:: What the task requires ::
Reproduce, from the lines below, exactly the stretch that begins at the line containing "f 189 141 190" and ends at the line containing "f 134 208 192", both included.

:: Records for the task ::

....

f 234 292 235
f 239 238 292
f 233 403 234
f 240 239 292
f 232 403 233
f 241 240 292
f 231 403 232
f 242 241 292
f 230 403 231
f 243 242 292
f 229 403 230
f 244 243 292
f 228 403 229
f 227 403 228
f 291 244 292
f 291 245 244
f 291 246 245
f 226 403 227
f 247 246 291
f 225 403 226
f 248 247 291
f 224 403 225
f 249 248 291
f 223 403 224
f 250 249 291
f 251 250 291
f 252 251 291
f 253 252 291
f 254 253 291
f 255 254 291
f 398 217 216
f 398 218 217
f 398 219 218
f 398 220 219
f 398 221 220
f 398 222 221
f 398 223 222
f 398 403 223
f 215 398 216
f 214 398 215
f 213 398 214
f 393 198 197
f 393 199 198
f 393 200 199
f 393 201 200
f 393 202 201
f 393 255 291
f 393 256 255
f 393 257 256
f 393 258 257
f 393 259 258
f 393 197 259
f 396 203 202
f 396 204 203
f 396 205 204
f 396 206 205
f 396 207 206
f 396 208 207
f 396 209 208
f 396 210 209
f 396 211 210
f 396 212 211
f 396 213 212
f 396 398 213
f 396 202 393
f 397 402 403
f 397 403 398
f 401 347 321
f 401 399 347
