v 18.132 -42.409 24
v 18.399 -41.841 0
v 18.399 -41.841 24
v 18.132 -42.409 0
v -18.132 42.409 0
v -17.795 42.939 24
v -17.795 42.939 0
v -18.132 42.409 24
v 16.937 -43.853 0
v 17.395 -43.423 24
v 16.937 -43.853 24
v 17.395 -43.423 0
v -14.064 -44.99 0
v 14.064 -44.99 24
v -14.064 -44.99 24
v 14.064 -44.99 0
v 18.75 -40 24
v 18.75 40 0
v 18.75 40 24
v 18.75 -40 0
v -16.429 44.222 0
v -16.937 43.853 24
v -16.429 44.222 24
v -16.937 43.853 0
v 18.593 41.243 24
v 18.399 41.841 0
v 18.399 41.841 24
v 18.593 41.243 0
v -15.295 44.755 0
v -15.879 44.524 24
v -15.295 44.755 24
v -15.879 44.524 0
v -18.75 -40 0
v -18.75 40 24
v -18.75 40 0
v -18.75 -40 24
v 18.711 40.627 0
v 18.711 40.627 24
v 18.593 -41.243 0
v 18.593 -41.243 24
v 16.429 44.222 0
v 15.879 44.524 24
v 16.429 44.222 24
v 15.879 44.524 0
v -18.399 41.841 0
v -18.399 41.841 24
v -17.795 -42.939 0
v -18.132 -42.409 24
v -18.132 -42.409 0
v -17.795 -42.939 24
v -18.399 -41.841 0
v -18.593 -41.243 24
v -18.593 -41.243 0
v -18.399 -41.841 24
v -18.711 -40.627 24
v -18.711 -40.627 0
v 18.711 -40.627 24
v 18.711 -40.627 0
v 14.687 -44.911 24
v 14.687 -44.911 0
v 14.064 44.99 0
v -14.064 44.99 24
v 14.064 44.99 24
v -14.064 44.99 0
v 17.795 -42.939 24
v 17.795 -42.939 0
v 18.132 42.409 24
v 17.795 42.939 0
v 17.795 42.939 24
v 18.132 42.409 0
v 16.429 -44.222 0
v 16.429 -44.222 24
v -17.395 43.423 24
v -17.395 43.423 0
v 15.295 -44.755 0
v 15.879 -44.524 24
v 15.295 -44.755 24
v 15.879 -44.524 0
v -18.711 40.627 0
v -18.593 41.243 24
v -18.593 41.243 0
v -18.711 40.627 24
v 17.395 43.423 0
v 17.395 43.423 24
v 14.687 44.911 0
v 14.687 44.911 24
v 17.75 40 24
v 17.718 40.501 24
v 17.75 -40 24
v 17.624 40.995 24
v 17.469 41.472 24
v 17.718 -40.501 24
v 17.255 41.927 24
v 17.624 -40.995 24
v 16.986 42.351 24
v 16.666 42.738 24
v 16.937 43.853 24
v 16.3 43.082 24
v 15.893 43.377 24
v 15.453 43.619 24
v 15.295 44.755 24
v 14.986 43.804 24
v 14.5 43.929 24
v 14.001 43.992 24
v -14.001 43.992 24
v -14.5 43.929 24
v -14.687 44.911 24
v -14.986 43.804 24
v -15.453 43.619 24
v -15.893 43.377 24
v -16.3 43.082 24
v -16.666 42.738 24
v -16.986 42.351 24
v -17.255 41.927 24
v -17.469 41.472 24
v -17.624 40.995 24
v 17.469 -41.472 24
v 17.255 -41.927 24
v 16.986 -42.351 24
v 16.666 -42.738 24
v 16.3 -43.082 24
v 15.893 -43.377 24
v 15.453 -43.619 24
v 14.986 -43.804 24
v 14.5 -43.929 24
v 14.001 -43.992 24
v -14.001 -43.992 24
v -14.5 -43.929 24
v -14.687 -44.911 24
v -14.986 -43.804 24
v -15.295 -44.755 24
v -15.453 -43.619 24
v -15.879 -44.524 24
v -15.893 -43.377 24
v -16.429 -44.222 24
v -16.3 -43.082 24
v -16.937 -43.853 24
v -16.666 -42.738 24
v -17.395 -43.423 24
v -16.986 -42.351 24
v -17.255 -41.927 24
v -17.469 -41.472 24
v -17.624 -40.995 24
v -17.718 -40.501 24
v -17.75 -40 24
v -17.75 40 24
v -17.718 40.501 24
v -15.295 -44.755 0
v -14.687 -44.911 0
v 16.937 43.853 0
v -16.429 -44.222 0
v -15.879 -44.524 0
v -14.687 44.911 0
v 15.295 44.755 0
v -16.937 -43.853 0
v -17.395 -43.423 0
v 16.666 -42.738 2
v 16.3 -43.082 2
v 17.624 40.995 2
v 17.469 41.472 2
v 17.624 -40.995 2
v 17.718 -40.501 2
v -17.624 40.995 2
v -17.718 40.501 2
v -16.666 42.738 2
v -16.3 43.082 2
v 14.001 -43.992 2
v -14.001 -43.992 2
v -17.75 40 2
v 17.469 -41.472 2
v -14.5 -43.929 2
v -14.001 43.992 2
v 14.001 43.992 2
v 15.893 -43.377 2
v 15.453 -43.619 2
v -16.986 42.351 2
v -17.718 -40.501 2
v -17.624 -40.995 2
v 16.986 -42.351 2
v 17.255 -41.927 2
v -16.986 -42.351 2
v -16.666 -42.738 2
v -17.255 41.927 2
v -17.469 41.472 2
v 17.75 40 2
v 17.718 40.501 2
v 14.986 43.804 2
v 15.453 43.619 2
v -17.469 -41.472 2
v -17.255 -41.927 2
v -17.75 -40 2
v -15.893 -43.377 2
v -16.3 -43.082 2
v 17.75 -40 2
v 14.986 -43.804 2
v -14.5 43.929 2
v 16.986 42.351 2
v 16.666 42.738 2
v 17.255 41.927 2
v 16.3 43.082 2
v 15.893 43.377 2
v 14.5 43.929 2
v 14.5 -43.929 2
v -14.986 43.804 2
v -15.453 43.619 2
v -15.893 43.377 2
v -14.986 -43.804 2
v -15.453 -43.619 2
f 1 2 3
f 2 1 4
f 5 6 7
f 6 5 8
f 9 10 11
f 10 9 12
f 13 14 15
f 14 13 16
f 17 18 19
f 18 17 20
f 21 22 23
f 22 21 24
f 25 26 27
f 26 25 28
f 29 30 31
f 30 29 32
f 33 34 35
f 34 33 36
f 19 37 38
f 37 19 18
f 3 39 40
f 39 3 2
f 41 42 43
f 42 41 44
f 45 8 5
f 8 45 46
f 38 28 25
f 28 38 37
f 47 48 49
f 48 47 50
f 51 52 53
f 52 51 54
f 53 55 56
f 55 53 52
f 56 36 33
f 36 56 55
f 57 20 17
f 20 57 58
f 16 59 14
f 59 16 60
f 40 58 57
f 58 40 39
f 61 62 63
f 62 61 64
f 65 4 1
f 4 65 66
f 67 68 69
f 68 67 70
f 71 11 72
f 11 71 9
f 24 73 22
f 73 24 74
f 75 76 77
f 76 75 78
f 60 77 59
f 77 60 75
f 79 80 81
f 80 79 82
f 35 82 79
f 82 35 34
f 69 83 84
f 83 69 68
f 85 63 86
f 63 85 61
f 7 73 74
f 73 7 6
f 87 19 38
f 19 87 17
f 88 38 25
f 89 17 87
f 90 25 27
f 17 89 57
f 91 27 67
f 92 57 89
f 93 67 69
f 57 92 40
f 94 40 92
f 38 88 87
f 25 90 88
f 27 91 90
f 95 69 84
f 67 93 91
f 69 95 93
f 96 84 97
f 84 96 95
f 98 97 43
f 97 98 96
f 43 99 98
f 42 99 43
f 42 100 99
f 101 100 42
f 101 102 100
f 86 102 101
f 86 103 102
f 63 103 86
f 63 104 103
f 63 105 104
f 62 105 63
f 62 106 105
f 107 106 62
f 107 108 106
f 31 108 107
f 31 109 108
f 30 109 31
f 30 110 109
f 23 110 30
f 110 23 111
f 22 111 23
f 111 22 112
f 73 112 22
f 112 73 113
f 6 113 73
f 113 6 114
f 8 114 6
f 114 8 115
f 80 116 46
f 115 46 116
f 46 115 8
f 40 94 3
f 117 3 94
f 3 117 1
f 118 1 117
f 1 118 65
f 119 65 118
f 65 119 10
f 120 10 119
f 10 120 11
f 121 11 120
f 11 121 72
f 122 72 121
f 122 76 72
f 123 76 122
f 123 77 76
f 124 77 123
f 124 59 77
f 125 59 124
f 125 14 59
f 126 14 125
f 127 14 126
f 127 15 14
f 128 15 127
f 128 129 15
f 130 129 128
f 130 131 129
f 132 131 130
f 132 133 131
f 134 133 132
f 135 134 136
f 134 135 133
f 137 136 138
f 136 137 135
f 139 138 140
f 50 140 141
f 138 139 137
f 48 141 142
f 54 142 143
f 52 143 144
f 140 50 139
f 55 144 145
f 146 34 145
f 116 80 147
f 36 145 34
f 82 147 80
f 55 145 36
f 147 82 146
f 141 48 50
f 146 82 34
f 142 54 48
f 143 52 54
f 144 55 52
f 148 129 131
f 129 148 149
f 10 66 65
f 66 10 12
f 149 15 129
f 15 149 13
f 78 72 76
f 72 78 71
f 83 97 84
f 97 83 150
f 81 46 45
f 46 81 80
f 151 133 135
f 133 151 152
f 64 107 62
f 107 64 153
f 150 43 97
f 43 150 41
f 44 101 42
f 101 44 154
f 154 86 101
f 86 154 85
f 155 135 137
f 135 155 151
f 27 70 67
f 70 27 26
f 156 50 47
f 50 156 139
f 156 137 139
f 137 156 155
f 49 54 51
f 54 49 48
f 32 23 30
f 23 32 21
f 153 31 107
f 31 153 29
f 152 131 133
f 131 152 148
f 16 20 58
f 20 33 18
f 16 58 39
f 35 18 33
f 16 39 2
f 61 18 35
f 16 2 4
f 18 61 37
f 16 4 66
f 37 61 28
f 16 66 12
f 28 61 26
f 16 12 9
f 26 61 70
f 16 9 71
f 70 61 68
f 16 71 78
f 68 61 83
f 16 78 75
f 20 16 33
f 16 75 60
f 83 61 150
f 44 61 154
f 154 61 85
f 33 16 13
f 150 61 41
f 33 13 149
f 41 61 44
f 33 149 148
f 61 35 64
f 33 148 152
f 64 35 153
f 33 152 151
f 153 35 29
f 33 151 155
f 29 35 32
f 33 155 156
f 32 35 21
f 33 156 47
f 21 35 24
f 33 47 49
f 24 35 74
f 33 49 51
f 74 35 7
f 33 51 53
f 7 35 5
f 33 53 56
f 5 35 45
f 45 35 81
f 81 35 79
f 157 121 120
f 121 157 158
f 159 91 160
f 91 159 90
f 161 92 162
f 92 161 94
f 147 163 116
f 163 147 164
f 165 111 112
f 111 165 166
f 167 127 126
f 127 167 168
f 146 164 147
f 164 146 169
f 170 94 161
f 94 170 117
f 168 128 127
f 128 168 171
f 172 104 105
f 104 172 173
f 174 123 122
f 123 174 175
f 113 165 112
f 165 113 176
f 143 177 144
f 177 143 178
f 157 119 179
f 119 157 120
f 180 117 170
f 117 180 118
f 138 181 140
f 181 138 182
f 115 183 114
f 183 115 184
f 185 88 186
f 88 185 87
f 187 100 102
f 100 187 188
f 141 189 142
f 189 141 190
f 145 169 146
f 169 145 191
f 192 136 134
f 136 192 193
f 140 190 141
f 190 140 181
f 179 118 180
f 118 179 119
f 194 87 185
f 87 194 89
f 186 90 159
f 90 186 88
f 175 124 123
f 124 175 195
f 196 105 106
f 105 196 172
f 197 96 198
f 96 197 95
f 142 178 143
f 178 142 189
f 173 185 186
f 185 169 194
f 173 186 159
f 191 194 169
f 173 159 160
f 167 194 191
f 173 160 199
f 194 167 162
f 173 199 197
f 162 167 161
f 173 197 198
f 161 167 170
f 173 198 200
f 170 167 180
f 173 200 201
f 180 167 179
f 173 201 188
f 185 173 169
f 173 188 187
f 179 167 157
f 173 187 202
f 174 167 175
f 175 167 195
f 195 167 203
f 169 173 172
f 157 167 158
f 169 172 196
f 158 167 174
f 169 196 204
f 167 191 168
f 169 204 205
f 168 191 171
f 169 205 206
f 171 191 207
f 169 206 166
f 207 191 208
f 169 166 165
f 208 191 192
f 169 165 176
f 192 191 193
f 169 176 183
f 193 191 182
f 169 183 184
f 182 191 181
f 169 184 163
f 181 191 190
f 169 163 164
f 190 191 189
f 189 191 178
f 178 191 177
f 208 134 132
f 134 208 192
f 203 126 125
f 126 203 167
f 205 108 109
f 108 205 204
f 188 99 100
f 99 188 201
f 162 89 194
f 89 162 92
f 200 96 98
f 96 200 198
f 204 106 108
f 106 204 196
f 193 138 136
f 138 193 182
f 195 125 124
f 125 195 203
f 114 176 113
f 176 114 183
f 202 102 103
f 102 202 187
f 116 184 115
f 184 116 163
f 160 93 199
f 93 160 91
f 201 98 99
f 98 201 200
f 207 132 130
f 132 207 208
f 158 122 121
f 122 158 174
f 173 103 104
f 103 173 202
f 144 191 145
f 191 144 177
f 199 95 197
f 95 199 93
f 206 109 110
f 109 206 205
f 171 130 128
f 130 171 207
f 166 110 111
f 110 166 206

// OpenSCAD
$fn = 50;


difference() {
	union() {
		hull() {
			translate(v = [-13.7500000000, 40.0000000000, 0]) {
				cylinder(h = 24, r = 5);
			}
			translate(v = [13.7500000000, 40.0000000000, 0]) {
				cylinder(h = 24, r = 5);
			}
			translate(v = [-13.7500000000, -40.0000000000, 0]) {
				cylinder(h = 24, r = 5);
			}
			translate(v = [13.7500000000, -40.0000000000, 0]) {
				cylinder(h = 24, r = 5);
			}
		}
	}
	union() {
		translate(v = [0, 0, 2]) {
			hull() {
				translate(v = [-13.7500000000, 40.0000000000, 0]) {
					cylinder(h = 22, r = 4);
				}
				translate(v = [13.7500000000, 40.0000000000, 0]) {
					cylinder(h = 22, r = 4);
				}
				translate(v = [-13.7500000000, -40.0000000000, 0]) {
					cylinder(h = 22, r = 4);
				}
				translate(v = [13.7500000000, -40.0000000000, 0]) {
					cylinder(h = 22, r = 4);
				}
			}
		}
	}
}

....

:: Result for this task ::
f 189 141 190
f 145 169 146
f 169 145 191
f 192 136 134
f 136 192 193
f 140 190 141
f 190 140 181
f 179 118 180
f 118 179 119
f 194 87 185
f 87 194 89
f 186 90 159
f 90 186 88
f 175 124 123
f 124 175 195
f 196 105 106
f 105 196 172
f 197 96 198
f 96 197 95
f 142 178 143
f 178 142 189
f 173 185 186
f 185 169 194
f 173 186 159
f 191 194 169
f 173 159 160
f 167 194 191
f 173 160 199
f 194 167 162
f 173 199 197
f 162 167 161
f 173 197 198
f 161 167 170
f 173 198 200
f 170 167 180
f 173 200 201
f 180 167 179
f 173 201 188
f 185 173 169
f 173 188 187
f 179 167 157
f 173 187 202
f 174 167 175
f 175 167 195
f 195 167 203
f 169 173 172
f 157 167 158
f 169 172 196
f 158 167 174
f 169 196 204
f 167 191 168
f 169 204 205
f 168 191 171
f 169 205 206
f 171 191 207
f 169 206 166
f 207 191 208
f 169 166 165
f 208 191 192
f 169 165 176
f 192 191 193
f 169 176 183
f 193 191 182
f 169 183 184
f 182 191 181
f 169 184 163
f 181 191 190
f 169 163 164
f 190 191 189
f 189 191 178
f 178 191 177
f 208 134 132
f 134 208 192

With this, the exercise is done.